== Requirement ==
Among the entries below, take the line with "#168=EDGE_LOOP('',(#167));" and the line with "#197=LINE('',#195,#150);", and output them and every line between them exactly, with nothing else.

[Opening The records section]

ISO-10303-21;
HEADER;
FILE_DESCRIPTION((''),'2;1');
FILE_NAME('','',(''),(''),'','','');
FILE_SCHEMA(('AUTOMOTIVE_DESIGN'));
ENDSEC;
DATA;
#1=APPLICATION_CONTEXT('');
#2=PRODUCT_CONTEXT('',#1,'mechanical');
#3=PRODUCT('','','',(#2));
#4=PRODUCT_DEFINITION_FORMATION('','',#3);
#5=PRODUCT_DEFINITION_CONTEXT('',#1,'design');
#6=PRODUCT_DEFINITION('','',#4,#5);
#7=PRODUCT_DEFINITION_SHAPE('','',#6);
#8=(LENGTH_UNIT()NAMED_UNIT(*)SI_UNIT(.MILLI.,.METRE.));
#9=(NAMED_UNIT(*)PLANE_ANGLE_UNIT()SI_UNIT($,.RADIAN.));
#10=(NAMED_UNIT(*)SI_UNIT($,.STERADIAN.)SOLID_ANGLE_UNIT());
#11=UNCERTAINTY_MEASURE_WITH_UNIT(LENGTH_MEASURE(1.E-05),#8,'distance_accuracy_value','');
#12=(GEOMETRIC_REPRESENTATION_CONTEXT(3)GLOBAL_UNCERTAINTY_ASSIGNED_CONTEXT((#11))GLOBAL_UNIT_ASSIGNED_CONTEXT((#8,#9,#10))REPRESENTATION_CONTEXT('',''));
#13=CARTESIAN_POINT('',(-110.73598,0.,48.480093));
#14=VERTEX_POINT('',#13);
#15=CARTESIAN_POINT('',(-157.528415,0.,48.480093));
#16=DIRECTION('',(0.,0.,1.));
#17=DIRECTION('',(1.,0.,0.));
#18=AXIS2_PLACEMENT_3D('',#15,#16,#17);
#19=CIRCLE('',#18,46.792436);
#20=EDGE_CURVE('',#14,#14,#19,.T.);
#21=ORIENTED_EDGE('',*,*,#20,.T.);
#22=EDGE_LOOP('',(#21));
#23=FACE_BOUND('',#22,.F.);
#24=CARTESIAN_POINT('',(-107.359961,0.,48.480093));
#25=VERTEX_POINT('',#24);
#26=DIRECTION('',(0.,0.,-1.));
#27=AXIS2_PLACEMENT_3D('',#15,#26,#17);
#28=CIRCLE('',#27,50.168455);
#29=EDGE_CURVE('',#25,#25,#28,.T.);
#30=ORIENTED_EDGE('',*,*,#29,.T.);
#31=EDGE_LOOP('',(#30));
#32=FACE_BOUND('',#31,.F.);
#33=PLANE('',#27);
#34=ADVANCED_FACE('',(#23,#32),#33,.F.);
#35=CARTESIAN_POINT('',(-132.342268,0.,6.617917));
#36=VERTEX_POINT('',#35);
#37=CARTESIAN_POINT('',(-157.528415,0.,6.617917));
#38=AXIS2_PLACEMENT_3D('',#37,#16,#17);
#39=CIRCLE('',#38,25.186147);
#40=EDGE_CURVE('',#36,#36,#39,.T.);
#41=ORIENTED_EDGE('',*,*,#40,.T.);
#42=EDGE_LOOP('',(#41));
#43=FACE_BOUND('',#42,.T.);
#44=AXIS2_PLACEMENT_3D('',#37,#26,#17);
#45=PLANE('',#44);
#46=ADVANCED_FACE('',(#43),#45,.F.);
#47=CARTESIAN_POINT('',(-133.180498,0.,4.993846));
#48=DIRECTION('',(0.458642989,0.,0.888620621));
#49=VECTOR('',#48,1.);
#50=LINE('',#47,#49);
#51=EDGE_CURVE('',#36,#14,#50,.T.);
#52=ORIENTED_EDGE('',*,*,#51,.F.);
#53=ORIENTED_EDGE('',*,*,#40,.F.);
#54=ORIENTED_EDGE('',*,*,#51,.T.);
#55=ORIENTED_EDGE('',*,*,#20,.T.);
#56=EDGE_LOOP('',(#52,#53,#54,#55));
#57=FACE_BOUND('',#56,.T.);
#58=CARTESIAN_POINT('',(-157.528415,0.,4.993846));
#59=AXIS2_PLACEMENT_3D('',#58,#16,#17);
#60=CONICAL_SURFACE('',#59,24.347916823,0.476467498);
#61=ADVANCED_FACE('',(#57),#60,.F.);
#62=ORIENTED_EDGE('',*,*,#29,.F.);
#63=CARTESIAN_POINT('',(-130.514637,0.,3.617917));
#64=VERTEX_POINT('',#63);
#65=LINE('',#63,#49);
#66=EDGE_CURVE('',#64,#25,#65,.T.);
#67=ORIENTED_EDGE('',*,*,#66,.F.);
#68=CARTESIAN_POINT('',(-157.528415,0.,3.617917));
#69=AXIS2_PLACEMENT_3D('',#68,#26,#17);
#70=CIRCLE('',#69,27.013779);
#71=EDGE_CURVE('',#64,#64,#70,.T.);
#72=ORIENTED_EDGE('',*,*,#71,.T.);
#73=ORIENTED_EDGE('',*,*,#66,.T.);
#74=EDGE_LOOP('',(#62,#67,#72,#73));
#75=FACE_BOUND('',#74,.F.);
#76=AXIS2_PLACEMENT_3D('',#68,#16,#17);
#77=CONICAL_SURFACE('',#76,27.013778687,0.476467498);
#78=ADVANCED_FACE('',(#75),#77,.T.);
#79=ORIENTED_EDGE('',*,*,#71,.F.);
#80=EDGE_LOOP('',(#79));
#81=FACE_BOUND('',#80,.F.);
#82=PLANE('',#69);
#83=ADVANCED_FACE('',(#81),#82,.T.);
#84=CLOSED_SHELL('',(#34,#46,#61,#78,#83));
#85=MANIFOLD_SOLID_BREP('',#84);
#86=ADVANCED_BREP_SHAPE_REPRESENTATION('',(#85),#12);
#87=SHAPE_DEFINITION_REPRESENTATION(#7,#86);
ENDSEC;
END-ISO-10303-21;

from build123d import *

# Parameters (mm, degrees)
F2_T = -3


with BuildPart() as f1:
    # F0 (on Front) → F1 (revolve)
    with BuildSketch(Plane.XZ):
        Polygon((-107.3599606752, 48.4800934792), (-157.5284153223, 48.4800934792), (-157.5284153223, 44.1385954618), (-157.5284153223, 3.6179174203), (-130.5146366358, 3.6179174203), align=None)
    revolve(axis=Axis((-157.5284153223, 0, 23.8782564411), (0, 0, -1)))

    # F2
    f2_openings = [f1.faces().sort_by_distance(p)[0] for p in [
        (-157.528415, 0, 48.480093),
    ]]
    offset(amount=F2_T, openings=f2_openings)


solid = f1.part
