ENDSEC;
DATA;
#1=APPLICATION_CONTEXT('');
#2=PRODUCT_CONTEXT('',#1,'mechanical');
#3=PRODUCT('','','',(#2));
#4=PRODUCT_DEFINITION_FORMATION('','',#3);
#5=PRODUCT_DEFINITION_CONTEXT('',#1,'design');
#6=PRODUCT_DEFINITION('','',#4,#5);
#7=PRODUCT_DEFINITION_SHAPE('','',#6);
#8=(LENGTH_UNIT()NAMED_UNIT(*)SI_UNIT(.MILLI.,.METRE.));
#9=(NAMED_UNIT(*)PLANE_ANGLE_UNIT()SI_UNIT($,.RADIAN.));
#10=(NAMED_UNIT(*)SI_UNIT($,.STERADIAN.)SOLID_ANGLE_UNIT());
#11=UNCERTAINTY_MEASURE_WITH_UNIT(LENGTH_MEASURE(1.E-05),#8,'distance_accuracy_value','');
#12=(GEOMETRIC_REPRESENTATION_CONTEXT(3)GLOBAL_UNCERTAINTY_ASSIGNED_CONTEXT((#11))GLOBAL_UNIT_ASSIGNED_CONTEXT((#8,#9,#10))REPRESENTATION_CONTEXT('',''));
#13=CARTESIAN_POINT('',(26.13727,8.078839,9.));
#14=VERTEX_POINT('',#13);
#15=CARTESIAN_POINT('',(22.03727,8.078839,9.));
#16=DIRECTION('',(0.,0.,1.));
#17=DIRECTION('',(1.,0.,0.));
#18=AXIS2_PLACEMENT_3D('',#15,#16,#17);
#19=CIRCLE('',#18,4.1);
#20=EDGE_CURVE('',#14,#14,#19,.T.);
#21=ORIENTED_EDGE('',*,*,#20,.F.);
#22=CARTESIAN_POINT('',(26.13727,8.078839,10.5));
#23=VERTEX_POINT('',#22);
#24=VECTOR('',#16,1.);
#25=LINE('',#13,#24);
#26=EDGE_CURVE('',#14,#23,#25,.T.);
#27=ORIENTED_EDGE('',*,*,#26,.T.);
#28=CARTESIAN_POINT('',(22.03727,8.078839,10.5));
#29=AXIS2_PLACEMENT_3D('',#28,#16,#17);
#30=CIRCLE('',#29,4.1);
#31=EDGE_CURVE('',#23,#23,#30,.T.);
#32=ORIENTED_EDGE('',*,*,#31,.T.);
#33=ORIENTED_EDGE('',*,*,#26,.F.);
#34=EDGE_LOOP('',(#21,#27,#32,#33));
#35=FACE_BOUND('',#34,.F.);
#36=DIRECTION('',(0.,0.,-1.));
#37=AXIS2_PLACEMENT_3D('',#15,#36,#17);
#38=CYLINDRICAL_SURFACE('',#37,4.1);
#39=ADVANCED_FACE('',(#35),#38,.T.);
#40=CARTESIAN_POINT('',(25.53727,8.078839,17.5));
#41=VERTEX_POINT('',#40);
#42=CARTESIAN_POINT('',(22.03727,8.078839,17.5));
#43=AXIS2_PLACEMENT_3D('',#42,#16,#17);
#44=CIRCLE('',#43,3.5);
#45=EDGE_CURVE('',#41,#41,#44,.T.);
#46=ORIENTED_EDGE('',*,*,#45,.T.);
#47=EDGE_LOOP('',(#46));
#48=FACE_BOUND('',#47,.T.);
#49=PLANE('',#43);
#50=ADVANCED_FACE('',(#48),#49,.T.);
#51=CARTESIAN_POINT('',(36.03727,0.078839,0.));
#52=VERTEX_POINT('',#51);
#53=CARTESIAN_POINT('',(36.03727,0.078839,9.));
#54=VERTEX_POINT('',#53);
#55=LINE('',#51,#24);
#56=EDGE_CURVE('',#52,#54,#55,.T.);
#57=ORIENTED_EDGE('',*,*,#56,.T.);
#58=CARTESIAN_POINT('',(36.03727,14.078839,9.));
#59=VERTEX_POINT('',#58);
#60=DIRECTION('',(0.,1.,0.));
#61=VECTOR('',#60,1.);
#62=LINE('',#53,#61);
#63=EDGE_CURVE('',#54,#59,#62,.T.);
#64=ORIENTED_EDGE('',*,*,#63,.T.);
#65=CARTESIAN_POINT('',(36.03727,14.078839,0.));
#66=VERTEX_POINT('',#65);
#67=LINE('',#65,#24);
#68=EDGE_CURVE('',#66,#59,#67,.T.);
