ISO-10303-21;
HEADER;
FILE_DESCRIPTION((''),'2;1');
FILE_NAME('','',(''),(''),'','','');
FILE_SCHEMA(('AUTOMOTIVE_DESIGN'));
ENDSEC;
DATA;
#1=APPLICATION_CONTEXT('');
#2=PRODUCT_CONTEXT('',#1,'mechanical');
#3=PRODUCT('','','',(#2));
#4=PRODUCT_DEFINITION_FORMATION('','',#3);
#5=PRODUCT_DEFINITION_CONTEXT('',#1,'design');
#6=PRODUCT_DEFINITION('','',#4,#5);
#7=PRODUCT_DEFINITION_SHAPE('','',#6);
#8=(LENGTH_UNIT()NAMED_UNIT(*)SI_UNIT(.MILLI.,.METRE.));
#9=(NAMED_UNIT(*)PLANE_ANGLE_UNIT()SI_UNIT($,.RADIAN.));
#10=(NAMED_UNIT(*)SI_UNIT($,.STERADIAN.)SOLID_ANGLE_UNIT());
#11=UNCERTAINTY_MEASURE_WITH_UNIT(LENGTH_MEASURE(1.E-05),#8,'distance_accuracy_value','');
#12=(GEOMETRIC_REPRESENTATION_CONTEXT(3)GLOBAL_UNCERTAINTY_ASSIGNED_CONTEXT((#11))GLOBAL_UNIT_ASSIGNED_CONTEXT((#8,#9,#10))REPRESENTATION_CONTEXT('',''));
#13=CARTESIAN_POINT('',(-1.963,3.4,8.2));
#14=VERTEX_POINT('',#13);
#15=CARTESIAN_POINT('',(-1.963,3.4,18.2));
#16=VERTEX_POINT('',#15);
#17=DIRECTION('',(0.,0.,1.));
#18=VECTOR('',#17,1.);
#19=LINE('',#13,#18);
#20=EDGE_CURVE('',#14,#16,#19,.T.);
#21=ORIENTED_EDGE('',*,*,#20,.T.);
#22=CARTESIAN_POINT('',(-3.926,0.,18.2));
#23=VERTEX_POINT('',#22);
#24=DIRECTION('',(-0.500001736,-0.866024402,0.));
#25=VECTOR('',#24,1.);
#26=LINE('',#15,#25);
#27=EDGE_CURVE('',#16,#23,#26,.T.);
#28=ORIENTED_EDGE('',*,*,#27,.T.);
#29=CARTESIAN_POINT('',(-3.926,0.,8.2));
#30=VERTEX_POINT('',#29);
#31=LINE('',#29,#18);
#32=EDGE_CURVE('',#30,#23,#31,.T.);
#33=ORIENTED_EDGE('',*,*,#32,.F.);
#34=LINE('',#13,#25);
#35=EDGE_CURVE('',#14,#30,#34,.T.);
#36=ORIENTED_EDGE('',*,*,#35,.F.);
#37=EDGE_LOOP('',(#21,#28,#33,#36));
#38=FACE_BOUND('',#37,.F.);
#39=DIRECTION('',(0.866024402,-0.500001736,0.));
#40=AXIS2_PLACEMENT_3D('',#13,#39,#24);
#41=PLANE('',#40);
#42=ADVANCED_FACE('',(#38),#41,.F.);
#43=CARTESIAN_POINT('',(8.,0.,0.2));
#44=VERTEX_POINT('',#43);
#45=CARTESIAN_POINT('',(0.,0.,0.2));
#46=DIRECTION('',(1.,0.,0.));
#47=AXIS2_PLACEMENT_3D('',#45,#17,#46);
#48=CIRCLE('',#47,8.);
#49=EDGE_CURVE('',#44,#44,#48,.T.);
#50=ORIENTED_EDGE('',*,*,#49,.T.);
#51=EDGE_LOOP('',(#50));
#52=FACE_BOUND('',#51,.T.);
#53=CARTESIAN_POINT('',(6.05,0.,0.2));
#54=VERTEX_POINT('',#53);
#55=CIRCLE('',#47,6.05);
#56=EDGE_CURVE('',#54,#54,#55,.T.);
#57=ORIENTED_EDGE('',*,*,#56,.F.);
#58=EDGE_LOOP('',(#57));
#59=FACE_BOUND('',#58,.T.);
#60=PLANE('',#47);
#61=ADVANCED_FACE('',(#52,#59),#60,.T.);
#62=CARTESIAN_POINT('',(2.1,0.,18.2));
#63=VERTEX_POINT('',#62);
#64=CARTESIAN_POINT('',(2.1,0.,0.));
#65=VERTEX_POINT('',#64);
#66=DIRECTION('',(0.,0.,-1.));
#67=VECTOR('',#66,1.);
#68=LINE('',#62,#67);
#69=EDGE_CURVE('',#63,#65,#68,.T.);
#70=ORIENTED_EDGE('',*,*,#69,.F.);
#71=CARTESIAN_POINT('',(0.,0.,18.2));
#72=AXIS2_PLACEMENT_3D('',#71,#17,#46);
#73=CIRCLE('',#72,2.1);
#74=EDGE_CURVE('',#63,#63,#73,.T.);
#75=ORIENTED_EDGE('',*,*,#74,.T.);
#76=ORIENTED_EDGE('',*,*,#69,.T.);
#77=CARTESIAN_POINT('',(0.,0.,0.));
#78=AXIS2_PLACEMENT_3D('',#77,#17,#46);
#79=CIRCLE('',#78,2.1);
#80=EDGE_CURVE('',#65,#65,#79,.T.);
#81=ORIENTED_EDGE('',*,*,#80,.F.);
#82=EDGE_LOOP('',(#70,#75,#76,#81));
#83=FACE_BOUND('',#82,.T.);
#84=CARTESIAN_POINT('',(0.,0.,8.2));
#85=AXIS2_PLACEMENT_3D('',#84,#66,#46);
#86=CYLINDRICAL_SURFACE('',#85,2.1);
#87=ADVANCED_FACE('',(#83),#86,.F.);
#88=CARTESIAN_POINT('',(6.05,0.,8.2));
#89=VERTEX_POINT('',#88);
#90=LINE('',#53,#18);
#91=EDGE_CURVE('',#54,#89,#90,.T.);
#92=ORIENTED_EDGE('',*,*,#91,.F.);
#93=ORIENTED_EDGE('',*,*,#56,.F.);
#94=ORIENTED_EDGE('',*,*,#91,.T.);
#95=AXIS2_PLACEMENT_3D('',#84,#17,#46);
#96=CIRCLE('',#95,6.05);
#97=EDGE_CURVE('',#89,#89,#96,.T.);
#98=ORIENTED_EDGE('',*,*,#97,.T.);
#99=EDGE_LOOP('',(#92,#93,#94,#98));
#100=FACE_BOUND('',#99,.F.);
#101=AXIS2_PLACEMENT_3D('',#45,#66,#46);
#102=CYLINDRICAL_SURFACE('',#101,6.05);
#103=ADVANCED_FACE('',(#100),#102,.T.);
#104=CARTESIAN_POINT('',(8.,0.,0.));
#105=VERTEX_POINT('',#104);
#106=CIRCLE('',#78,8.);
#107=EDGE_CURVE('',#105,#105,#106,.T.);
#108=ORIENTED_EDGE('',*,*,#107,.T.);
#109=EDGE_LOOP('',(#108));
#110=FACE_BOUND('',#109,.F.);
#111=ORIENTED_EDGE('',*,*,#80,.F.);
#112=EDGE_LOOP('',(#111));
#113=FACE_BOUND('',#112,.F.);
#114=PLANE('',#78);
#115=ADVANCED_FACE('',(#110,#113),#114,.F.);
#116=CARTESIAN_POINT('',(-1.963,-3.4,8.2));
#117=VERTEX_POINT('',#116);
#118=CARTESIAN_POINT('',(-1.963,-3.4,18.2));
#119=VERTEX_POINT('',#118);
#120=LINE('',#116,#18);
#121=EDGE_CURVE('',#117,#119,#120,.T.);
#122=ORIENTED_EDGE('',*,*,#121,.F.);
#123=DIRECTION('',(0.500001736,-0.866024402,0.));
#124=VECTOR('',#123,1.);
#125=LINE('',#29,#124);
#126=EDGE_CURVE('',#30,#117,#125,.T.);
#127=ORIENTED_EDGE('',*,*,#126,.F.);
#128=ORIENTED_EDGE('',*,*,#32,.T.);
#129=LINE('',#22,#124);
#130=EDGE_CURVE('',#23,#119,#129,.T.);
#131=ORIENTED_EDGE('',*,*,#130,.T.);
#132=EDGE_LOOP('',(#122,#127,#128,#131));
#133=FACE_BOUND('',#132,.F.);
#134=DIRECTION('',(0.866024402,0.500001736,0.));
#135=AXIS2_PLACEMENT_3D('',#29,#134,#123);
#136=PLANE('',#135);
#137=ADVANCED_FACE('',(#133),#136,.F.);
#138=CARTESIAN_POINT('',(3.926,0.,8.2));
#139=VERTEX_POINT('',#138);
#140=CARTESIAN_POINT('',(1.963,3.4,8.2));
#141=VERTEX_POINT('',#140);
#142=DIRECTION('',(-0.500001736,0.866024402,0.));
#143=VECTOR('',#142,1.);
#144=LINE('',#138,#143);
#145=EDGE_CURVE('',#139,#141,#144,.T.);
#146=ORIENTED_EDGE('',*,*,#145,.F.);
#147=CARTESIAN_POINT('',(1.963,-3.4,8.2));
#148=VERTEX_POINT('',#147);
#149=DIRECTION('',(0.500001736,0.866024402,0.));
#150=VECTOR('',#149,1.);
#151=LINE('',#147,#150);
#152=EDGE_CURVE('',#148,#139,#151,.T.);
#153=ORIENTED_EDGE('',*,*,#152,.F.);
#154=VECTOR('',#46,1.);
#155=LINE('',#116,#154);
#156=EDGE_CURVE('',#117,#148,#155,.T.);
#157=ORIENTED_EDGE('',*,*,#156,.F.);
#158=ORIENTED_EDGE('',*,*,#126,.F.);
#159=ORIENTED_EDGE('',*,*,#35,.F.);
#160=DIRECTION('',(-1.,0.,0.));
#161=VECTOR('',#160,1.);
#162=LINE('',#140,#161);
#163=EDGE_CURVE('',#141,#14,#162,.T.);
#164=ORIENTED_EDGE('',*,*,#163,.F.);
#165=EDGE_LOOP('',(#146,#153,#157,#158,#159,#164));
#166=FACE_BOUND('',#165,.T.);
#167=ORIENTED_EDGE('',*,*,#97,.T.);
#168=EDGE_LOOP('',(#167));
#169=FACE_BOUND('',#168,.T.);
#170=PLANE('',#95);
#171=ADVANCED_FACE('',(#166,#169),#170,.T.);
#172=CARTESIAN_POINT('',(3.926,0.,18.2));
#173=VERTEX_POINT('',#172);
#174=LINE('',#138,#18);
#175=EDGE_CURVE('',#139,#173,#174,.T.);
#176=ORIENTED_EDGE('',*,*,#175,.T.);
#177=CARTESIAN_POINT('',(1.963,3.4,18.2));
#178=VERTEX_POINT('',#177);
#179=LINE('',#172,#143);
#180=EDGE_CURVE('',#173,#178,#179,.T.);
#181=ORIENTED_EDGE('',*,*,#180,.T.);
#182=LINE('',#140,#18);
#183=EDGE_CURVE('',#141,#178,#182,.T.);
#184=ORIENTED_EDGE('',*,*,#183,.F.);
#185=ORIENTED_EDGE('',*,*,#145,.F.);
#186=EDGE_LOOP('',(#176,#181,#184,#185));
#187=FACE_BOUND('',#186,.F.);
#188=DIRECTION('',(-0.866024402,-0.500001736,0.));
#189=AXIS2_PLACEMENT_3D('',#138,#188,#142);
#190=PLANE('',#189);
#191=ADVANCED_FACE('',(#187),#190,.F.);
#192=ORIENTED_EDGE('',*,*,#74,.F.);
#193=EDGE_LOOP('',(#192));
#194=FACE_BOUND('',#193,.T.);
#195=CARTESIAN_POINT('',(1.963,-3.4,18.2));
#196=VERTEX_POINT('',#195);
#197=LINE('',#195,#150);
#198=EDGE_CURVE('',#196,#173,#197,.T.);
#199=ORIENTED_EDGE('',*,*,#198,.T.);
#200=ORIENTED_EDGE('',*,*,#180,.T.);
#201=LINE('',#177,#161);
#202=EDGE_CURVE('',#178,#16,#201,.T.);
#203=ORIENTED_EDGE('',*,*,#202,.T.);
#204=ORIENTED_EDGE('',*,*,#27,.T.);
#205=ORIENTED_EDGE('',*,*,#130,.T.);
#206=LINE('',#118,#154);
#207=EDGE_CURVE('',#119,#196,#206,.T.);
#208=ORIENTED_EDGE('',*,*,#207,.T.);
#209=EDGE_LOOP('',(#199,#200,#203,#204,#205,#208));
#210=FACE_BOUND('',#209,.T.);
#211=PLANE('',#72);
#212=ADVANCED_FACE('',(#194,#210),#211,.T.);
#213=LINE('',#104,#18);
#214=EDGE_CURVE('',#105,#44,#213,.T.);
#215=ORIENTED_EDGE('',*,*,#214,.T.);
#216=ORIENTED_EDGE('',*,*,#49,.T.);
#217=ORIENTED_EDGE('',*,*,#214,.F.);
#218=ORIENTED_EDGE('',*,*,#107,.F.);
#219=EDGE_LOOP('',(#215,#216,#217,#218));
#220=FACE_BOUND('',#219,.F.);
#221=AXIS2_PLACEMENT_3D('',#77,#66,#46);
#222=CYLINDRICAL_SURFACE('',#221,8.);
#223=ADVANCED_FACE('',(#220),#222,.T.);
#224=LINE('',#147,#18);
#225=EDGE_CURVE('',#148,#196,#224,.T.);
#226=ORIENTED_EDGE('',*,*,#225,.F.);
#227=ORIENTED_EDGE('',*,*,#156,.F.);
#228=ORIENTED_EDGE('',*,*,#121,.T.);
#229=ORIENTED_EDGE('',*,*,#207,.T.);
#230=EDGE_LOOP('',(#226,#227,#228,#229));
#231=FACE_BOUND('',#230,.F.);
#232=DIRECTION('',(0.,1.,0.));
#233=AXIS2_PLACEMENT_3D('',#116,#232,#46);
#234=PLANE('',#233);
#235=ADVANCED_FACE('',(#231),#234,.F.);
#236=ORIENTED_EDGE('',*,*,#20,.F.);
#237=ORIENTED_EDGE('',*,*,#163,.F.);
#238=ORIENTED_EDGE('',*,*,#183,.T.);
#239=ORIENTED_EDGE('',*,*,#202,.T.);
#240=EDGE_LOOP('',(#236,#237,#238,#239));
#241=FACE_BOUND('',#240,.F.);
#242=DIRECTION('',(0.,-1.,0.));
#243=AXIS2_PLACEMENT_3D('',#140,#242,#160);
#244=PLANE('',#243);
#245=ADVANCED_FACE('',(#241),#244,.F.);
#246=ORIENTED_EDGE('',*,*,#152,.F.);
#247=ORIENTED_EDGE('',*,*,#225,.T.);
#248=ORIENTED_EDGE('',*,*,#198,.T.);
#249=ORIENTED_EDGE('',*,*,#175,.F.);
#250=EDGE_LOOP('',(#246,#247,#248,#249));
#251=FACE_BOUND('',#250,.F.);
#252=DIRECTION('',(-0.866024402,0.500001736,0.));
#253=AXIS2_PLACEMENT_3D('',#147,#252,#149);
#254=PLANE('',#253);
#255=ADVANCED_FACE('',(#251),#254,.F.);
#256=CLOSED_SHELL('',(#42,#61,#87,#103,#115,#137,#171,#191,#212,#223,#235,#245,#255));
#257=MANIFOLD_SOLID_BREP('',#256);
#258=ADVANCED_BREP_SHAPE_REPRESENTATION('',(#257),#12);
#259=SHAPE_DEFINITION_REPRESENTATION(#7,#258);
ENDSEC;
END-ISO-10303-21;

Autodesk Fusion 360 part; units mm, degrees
sketch "Sketch2" plane through (0, 0, 0) normal (0, 0, 1) x (1, 0, 0)
  circle A0 centre (0, 0) radius 9
  circle A1 centre (0, 0) radius 8
  circle A2 centre (0, 0) radius 2.1
  dimension "d10" = 16
  dimension "d26" = 4.2
extrude "Extrude3" add sketch "Sketch2" along normal blind 0.2 contours A1
sketch "Sketch3" plane through (0, 0, 0.2) normal (0, 0, 1) x (1, 0, 0)
  circle A0 centre (0, 0) radius 6.05
  circle A1 centre (0, 0) radius 8
  circle A2 centre (0, 0) radius 2.1
  dimension "d13" = 12.1
extrude "Extrude4" add sketch "Sketch3" along normal blind 8 contours A0
sketch "Sketch4" plane through (0, 0, 8.2) normal (0, 0, 1) x (1, 0, 0)
  circle A0 centre (0, 0) radius 6.05
  line L0 (-1.963, 3.4) -> (-3.926, 0)
  line L1 (-3.926, 0) -> (-1.963, -3.4)
  line L2 (-1.963, -3.4) -> (1.963, -3.4)
  line L3 (1.963, -3.4) -> (3.926, 0)
  line L4 (3.926, 0) -> (1.963, 3.4)
  line L5 (1.963, 3.4) -> (-1.963, 3.4)
  circle A1 centre (0, 0) radius 2.1
  dimension "d24" = 6.8
extrude "Extrude5" add sketch "Sketch4" along normal blind 10 contours L0 L1 L2 L3 L4 L5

[Closing The records section]

== Solution ==
#168=EDGE_LOOP('',(#167));
#169=FACE_BOUND('',#168,.T.);
#170=PLANE('',#95);
#171=ADVANCED_FACE('',(#166,#169),#170,.T.);
#172=CARTESIAN_POINT('',(3.926,0.,18.2));
#173=VERTEX_POINT('',#172);
#174=LINE('',#138,#18);
#175=EDGE_CURVE('',#139,#173,#174,.T.);
#176=ORIENTED_EDGE('',*,*,#175,.T.);
#177=CARTESIAN_POINT('',(1.963,3.4,18.2));
#178=VERTEX_POINT('',#177);
#179=LINE('',#172,#143);
#180=EDGE_CURVE('',#173,#178,#179,.T.);
#181=ORIENTED_EDGE('',*,*,#180,.T.);
#182=LINE('',#140,#18);
#183=EDGE_CURVE('',#141,#178,#182,.T.);
#184=ORIENTED_EDGE('',*,*,#183,.F.);
#185=ORIENTED_EDGE('',*,*,#145,.F.);
#186=EDGE_LOOP('',(#176,#181,#184,#185));
#187=FACE_BOUND('',#186,.F.);
#188=DIRECTION('',(-0.866024402,-0.500001736,0.));
#189=AXIS2_PLACEMENT_3D('',#138,#188,#142);
#190=PLANE('',#189);
#191=ADVANCED_FACE('',(#187),#190,.F.);
#192=ORIENTED_EDGE('',*,*,#74,.F.);
#193=EDGE_LOOP('',(#192));
#194=FACE_BOUND('',#193,.T.);
#195=CARTESIAN_POINT('',(1.963,-3.4,18.2));
#196=VERTEX_POINT('',#195);
#197=LINE('',#195,#150);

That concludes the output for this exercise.